**Task statement**
Copy the records below verbatim, from the first line through the line containing "v27 (-3.1,0,98.65)", inclusive, and output nothing else.

**Records for the exercise**
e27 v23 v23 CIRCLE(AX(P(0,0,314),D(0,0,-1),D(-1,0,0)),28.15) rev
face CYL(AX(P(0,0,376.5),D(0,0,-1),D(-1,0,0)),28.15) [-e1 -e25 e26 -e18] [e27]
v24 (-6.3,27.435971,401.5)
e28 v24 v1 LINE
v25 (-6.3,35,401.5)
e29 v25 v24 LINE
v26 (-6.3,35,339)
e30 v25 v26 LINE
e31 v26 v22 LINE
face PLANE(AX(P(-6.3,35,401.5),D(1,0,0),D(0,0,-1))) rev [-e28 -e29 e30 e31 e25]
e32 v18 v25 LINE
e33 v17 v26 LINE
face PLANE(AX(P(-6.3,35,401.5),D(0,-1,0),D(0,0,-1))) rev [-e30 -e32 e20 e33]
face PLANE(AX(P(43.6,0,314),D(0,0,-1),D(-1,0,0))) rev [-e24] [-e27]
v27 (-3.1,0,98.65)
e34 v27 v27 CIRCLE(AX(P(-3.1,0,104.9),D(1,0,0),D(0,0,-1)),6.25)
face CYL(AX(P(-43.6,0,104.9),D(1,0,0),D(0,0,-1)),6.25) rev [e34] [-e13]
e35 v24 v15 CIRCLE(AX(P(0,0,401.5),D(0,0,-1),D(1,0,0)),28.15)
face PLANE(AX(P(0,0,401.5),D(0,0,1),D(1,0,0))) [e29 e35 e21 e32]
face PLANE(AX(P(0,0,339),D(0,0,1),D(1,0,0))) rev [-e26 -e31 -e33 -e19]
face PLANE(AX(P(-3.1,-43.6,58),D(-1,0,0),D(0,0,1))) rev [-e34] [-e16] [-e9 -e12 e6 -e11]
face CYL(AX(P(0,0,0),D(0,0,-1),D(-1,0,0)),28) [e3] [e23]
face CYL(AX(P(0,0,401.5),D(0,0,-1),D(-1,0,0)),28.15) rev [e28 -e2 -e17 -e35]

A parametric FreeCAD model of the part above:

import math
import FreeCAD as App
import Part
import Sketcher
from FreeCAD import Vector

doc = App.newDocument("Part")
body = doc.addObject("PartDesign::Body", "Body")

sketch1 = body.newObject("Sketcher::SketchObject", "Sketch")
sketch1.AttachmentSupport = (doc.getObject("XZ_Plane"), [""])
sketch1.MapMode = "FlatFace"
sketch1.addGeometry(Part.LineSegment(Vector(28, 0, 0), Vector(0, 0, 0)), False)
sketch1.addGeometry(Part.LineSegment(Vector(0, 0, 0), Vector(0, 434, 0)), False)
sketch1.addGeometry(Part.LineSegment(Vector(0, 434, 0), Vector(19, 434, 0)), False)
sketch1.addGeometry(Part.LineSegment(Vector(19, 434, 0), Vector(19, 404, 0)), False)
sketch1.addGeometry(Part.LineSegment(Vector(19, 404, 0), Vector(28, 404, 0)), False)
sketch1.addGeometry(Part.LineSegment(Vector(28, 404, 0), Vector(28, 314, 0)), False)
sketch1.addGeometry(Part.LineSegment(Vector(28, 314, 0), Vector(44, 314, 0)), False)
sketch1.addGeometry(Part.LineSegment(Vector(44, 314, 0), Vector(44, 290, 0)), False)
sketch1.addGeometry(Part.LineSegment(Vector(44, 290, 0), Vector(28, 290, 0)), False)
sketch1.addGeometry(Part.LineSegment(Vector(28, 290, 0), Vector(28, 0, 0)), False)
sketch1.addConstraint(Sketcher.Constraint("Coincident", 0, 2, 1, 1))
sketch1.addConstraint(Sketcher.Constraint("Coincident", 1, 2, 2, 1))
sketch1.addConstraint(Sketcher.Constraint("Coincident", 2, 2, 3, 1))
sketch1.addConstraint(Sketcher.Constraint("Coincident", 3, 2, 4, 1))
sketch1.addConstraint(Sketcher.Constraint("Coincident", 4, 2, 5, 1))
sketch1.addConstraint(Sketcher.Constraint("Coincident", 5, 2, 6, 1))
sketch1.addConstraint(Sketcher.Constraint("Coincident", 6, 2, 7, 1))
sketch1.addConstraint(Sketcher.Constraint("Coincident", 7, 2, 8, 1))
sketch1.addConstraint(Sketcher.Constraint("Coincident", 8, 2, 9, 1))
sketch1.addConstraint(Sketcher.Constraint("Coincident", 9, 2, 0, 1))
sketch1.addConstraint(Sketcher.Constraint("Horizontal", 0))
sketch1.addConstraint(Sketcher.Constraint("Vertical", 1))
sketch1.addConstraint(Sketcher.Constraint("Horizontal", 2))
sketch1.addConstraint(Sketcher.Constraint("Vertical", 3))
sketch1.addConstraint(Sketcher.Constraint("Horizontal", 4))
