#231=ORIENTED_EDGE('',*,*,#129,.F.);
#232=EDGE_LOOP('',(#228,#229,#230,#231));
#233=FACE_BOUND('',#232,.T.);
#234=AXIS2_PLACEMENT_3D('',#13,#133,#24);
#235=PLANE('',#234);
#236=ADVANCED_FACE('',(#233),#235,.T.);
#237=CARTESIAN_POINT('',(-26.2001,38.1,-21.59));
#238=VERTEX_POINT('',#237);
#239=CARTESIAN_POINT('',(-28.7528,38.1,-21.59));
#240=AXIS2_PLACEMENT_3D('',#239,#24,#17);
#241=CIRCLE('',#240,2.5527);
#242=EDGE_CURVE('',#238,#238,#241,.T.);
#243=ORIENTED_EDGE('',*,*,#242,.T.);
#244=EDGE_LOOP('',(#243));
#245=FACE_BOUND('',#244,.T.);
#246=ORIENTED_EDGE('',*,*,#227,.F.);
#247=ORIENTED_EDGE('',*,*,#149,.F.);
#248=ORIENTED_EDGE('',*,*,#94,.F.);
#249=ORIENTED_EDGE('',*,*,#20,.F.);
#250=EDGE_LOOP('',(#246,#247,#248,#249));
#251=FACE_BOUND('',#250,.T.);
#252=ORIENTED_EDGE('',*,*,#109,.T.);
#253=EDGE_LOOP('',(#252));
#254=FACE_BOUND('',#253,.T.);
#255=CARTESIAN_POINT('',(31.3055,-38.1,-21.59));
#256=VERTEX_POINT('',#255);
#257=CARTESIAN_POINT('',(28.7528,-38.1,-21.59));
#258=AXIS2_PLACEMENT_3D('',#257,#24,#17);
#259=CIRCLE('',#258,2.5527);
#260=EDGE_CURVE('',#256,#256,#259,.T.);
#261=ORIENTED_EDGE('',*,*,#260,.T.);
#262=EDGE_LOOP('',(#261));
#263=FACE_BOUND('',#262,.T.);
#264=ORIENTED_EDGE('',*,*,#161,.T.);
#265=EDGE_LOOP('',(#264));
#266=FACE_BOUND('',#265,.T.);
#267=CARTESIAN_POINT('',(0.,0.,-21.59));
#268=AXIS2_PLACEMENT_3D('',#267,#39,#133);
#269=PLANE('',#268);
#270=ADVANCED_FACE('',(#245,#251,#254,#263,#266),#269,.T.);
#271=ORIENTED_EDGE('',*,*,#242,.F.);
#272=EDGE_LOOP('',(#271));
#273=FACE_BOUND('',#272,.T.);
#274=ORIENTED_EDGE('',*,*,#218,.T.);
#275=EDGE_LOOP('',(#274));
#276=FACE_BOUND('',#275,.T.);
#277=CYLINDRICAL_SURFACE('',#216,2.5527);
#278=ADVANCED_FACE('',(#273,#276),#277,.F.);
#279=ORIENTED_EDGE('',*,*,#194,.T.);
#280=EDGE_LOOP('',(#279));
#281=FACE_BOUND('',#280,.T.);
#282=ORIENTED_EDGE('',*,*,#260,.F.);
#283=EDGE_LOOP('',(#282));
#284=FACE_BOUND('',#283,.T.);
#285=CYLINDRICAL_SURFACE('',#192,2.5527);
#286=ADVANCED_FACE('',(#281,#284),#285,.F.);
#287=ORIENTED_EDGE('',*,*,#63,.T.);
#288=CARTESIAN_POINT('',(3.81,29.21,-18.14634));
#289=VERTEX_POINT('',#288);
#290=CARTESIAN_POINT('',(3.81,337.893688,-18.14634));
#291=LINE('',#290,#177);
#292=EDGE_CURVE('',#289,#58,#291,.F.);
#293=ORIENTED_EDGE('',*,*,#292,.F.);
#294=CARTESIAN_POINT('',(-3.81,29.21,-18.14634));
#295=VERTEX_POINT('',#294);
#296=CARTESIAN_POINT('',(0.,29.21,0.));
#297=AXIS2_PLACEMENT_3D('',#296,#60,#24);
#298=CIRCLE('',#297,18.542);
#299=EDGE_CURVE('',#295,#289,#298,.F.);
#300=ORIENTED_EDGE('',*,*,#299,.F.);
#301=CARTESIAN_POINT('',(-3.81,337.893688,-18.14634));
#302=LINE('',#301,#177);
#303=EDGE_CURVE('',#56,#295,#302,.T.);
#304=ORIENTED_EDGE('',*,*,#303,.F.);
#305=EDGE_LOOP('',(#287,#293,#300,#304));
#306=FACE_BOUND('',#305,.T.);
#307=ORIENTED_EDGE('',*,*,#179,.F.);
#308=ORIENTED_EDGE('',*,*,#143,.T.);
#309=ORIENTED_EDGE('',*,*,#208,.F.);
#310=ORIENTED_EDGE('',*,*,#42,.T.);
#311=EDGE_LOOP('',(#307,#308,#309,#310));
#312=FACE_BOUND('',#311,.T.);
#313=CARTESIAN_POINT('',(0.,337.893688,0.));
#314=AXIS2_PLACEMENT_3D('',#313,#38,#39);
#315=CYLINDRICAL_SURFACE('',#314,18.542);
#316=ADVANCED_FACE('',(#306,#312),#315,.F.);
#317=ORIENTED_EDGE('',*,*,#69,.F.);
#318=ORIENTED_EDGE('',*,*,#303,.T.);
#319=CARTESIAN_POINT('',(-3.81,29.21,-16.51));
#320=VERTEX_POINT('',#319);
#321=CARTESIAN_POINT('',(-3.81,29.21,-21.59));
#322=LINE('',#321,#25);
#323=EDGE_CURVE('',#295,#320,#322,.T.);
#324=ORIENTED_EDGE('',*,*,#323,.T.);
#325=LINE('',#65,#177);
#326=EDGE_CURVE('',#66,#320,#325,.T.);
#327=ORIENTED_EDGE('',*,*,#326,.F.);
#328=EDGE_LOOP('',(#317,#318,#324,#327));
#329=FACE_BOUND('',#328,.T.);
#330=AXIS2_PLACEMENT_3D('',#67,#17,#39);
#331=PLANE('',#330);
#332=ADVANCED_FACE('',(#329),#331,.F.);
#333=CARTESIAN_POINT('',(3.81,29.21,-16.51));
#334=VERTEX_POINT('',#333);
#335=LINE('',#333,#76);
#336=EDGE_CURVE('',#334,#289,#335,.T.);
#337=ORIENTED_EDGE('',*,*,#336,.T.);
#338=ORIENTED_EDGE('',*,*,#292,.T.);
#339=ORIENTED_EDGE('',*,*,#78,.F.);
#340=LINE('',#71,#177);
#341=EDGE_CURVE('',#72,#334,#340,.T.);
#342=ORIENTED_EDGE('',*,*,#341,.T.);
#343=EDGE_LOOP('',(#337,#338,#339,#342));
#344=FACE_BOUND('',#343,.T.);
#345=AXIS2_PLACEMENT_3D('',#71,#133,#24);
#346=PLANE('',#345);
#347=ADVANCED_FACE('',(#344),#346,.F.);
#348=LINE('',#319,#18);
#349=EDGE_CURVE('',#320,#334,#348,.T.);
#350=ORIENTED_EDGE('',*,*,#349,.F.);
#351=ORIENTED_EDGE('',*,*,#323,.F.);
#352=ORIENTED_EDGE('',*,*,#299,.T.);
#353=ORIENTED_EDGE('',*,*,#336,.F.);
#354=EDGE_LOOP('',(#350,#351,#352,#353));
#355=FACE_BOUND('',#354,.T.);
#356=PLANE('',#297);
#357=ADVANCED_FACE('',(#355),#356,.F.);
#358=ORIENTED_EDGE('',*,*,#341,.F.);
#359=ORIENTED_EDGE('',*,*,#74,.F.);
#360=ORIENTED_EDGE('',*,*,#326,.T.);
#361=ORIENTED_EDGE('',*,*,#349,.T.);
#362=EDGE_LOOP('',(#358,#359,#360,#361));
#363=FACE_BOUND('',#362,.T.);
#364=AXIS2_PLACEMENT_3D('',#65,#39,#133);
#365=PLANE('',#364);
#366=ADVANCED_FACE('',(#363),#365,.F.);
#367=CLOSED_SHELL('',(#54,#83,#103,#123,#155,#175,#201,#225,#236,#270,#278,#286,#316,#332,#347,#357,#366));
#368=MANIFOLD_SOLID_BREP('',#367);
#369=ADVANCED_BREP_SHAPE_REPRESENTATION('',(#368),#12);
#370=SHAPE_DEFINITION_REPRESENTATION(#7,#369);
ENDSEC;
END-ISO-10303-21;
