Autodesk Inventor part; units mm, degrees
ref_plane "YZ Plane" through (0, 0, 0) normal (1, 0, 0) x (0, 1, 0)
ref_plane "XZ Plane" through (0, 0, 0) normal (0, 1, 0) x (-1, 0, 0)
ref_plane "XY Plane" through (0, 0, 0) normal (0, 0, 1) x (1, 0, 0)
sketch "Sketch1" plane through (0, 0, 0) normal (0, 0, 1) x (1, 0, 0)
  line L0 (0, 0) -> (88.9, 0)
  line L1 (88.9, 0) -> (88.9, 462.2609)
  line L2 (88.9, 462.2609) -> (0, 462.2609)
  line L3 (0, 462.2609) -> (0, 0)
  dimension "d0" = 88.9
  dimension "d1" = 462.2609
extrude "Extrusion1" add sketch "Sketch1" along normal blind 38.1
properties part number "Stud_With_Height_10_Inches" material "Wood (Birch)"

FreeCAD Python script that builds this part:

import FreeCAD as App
import Part
import Sketcher

V = App.Vector
Q = App.Units.Quantity

doc = App.newDocument("Part")
params = doc.addObject("Spreadsheet::Sheet", "Params")
for row, (alias, value) in enumerate([
    ("sketch1_width", "3.5 in"),
    ("pad1_length", "1.5 in"),
], start=1):
    params.set(f"A{row}", alias)
    params.set(f"B{row}", "=" + value)
    params.setAlias(f"B{row}", alias)

body = doc.addObject("PartDesign::Body", "Body")

# Sketch on XY plane
sketch1 = body.newObject("Sketcher::SketchObject", "Sketch")
sketch1.AttachmentSupport = (doc.getObject("XY_Plane"), [""])
sketch1.MapMode = "FlatFace"
sketch1.addGeometry([
    Part.LineSegment(V(0, 462.2609, 0), V(0, 0, 0)),
    Part.LineSegment(V(0, 0, 0), V(88.9, 0, 0)),
    Part.LineSegment(V(88.9, 0, 0), V(88.9, 462.2609, 0)),
    Part.LineSegment(V(88.9, 462.2609, 0), V(0, 462.2609, 0)),
], False)
sketch1.addConstraint([
    Sketcher.Constraint("Coincident", 0, 2, 1, 1),
    Sketcher.Constraint("Coincident", 1, 2, 2, 1),
    Sketcher.Constraint("Coincident", 2, 2, 3, 1),
    Sketcher.Constraint("Coincident", 3, 2, 0, 1),
    Sketcher.Constraint("Vertical", 0),
    Sketcher.Constraint("Horizontal", 1),
    Sketcher.Constraint("Vertical", 2),
    Sketcher.Constraint("Horizontal", 3),
    Sketcher.Constraint("Coincident", 0, 2, -1, 1),
    Sketcher.Constraint("DistanceX", 1, 1, 1, 2, Q("3.5 in")),
    Sketcher.Constraint("DistanceY", 0, 2, 0, 1, 462.261),
])
sketch1.setExpression("Constraints[9]", "Params.sketch1_width")
pad1 = body.newObject("PartDesign::Pad", "Pad")
pad1.Profile = sketch1
pad1.setExpression("Length", "Params.pad1_length")

doc.recompute()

**Result for this exercise**
e27 v23 v23 CIRCLE(AX(P(0,0,314),D(0,0,-1),D(-1,0,0)),28.15) rev
face CYL(AX(P(0,0,376.5),D(0,0,-1),D(-1,0,0)),28.15) [-e1 -e25 e26 -e18] [e27]
v24 (-6.3,27.435971,401.5)
e28 v24 v1 LINE
v25 (-6.3,35,401.5)
e29 v25 v24 LINE
v26 (-6.3,35,339)
e30 v25 v26 LINE
e31 v26 v22 LINE
face PLANE(AX(P(-6.3,35,401.5),D(1,0,0),D(0,0,-1))) rev [-e28 -e29 e30 e31 e25]
e32 v18 v25 LINE
e33 v17 v26 LINE
face PLANE(AX(P(-6.3,35,401.5),D(0,-1,0),D(0,0,-1))) rev [-e30 -e32 e20 e33]
face PLANE(AX(P(43.6,0,314),D(0,0,-1),D(-1,0,0))) rev [-e24] [-e27]
v27 (-3.1,0,98.65)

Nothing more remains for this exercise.